Jim swore. He added the prop department to the list of people he would be telling off after the play. Who made a pedestal out of _balsa wood_ when they had plywood lying around? "Can you fix it?"  
The two shared a look.  
"We can do zat" said Chekov with a nod.  
"Good. You have two minutes."  
They looked even more panicked at that announcement, and Jim took pity on them.  
"Spock" he said into the head piece "You’re needed in the hallway babe"  
He heard a long suffering sigh and mutter of " _I wish he wouldn't do that_ " before a much clearer "I'm on my way"  
Jim stalked off, hoping the three could somehow fix it before the lights dimmed at the end of the scene.

* * *

 

" _Dammit Jim_ , I'm a TD not a Doctor" spat Leonard, supporting Christine as she braced herself on his shoulder.  
Jim looked at his technical director in dismay.

They were at the home-stretch now. Chekov, Sulu, and Spock, showing masterful command of a glue gun, managed to tentatively fix the statue, and prevented it from falling over in the middle of the scene by assigning a particularly tiny freshman to crouch behind it, supporting it through the leading lady's five minute monologue. It figured that now, just before the final scene (which required all hands on deck, both on and back stage), the ATD would twist her ankle tripping over a coil of rope (left by a newbie who had cleared the stage after the previous scene. Jim added him to his list of people to reprimand). Just perfect. He turned to her. "Can you walk?"  
She shook her head, and Leonard shot him a look which plainly said ' _No, because she twisted her ankle dumbass_ '.  
He sighed "Just take it easy, Chris, sit on a crate and delegate"  
She grinned, and he couldn't help but smile back.  
"Bones, you're with me, and if you find that Mitchell kid anywhere, let me know, I want to talk to him about leaving props lying around."  
"You can have him when I'm done with him" came the growled response, and Jim smirked. Bones was very protective over what he considered _his_ department.  
"Uhura, tell me you figured out what was screwing with headset 1"  
"Sorry Jim, I don't know what's wrong with it."  
He sighed, and turned to Leonard "Any ideas Bones? He can't borrow someone's because everyone else is on stage too."  
Bones thought for a minute and said "He's addressing a crowd, right?"  
Jim nodded, and heard Uhura mutter in agreement.  
"Give him a handheld then, that should work"  
Jim beamed "This is why I keep you around" he said, punching his friend's shoulder. Bones muttered something that sounded like _"damn infant"_ but his tone was fond. "Uhura, you heard the man"  
"Yup, already on it"  
Jim felt the tension leave his shoulders as he joined Bones who had already begun prepping the other techies for their cue.

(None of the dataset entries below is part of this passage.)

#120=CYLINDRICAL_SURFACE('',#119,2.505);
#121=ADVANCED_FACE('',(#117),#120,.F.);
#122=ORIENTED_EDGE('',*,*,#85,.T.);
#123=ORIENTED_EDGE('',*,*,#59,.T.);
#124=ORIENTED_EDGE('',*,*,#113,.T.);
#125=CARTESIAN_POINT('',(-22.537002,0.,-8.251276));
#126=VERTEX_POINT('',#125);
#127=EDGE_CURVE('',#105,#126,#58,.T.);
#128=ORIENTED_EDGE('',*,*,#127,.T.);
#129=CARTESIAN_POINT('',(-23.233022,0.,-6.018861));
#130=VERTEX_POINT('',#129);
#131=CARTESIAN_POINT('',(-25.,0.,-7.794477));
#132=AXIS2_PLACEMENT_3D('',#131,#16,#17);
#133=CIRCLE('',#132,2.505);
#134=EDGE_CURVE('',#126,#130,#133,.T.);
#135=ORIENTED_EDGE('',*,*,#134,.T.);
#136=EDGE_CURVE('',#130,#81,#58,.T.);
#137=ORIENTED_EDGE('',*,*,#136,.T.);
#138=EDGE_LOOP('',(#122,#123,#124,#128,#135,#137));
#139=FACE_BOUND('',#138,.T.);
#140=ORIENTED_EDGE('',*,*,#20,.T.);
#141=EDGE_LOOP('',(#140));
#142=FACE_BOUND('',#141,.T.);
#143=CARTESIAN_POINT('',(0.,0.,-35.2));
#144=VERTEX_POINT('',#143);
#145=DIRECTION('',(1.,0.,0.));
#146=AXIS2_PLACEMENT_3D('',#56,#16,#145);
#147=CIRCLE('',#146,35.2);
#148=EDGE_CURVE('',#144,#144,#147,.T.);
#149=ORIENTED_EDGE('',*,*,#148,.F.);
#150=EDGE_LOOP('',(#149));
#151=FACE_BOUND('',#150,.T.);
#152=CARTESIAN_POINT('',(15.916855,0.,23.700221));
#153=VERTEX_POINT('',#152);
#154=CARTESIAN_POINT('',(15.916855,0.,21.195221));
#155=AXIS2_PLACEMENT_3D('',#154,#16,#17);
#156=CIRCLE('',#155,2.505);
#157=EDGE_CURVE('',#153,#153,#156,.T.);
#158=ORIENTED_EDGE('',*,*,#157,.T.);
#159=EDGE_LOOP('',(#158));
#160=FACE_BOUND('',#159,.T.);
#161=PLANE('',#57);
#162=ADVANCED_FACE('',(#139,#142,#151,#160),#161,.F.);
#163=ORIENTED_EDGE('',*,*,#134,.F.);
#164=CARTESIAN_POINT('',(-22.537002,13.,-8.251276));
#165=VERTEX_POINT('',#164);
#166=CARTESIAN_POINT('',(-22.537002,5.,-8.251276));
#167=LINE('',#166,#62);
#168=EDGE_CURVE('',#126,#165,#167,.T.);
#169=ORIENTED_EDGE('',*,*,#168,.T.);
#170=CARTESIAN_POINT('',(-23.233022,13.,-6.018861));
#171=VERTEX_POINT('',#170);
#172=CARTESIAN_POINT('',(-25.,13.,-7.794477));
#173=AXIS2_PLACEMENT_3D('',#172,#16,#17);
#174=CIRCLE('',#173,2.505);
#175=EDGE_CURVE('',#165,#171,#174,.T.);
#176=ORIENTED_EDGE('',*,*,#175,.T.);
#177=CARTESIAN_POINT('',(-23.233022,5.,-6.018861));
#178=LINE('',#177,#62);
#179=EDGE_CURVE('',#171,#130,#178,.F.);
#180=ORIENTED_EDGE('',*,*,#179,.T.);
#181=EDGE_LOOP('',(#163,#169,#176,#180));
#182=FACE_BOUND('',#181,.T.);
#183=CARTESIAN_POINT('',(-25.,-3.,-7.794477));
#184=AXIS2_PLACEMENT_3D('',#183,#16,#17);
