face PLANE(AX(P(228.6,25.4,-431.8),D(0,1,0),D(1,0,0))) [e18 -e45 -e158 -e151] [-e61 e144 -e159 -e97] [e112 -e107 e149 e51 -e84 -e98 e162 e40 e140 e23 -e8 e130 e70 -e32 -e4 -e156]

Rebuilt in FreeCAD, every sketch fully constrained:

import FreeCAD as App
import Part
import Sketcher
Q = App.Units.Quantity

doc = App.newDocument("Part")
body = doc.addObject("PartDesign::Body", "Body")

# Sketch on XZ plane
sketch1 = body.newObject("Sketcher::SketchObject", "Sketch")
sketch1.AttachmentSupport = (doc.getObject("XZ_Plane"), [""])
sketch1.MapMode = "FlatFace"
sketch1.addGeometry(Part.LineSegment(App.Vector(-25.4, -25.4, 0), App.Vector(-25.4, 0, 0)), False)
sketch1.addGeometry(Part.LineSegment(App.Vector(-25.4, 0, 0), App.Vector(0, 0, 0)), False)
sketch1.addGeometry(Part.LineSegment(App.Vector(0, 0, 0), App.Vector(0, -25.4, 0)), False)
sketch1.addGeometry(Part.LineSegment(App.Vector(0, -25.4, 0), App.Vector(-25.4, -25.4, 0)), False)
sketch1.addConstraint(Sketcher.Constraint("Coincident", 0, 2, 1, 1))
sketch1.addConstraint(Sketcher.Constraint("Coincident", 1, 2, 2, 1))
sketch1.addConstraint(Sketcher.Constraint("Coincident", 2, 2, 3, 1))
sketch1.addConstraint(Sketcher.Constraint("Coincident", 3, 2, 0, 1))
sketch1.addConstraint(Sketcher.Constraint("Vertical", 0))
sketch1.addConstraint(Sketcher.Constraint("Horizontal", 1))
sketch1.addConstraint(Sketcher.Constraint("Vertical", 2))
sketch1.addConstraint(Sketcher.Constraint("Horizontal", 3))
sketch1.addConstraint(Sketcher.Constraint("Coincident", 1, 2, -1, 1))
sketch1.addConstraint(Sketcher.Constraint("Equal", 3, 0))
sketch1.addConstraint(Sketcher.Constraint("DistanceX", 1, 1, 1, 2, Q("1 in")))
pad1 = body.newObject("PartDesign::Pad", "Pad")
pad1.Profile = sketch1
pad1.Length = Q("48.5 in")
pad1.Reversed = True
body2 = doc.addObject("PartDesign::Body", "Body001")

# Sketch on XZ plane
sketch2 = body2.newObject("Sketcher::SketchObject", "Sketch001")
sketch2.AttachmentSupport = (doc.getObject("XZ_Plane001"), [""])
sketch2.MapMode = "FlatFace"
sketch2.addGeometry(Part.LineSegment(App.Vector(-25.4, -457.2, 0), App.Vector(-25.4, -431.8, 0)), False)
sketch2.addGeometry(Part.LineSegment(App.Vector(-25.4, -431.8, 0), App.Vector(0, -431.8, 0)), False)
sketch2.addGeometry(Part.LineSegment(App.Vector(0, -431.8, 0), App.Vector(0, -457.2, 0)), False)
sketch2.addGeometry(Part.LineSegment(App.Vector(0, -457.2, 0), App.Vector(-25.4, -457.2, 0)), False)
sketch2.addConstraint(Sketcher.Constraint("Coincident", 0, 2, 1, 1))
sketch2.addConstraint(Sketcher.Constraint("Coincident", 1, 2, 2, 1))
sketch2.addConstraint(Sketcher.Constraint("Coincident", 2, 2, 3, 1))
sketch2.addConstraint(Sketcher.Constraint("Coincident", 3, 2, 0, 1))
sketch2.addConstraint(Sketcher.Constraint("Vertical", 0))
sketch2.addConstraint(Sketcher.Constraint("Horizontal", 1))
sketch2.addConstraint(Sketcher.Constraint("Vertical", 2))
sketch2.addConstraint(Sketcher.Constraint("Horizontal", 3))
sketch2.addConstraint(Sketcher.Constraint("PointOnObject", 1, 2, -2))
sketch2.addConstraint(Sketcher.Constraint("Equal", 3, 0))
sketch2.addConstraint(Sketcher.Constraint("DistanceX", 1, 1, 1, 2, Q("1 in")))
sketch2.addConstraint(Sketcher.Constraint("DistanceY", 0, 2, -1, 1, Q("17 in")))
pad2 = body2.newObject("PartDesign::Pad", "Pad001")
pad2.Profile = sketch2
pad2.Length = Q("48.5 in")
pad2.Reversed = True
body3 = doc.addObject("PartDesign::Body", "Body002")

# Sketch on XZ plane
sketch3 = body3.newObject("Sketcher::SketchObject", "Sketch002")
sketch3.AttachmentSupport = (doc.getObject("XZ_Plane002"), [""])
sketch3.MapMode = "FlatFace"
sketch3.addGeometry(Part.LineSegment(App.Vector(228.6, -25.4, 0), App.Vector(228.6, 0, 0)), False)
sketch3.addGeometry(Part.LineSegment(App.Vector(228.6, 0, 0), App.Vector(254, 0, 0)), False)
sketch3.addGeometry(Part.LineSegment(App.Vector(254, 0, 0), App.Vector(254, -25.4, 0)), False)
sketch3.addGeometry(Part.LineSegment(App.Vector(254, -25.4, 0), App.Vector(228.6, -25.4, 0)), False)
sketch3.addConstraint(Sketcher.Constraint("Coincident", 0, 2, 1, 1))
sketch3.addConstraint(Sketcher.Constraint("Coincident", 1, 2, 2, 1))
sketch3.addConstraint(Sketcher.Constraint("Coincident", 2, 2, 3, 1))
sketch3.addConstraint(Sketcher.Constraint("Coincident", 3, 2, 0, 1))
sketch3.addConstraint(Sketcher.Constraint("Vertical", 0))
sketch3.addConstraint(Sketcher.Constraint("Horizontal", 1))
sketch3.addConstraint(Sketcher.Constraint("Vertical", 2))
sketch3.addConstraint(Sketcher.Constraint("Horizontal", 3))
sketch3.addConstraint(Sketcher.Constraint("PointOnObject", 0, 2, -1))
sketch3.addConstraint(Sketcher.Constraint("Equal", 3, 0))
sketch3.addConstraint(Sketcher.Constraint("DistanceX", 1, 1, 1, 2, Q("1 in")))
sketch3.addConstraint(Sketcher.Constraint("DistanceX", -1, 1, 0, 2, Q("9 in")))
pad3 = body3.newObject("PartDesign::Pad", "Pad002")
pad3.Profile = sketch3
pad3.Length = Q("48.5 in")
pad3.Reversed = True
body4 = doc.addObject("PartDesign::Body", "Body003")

The show was almost over; this may not be an unmitigated disaster.

* * *

 

The last scene went off without a single issue, and the entire backstage crew let out a collective sigh of relief when the curtains were drawn. The show was a success, the audience loved it. Of course, no one congratulated them, and it was the actors who got the applause during curtain call, but when they all piled into various cars, still in their stage blacks, and headed to the IHOP down the street (late-night pancakes were a long standing tradition among Starfleet High techies) Jim couldn't help being insanely proud of his crew.

**Author's Note:**

> If you've never been a techie, I would recommend it. It's a lot of fun, especially if (like me) you're interested in drama but want to stay out of the limelight. Even if you aren't as prone to stage fright as I am, it's a pretty easy transition between actor and techie. You have to be careful though, because theater people take commitment very seriously. Anyway, I hope you liked!


End file.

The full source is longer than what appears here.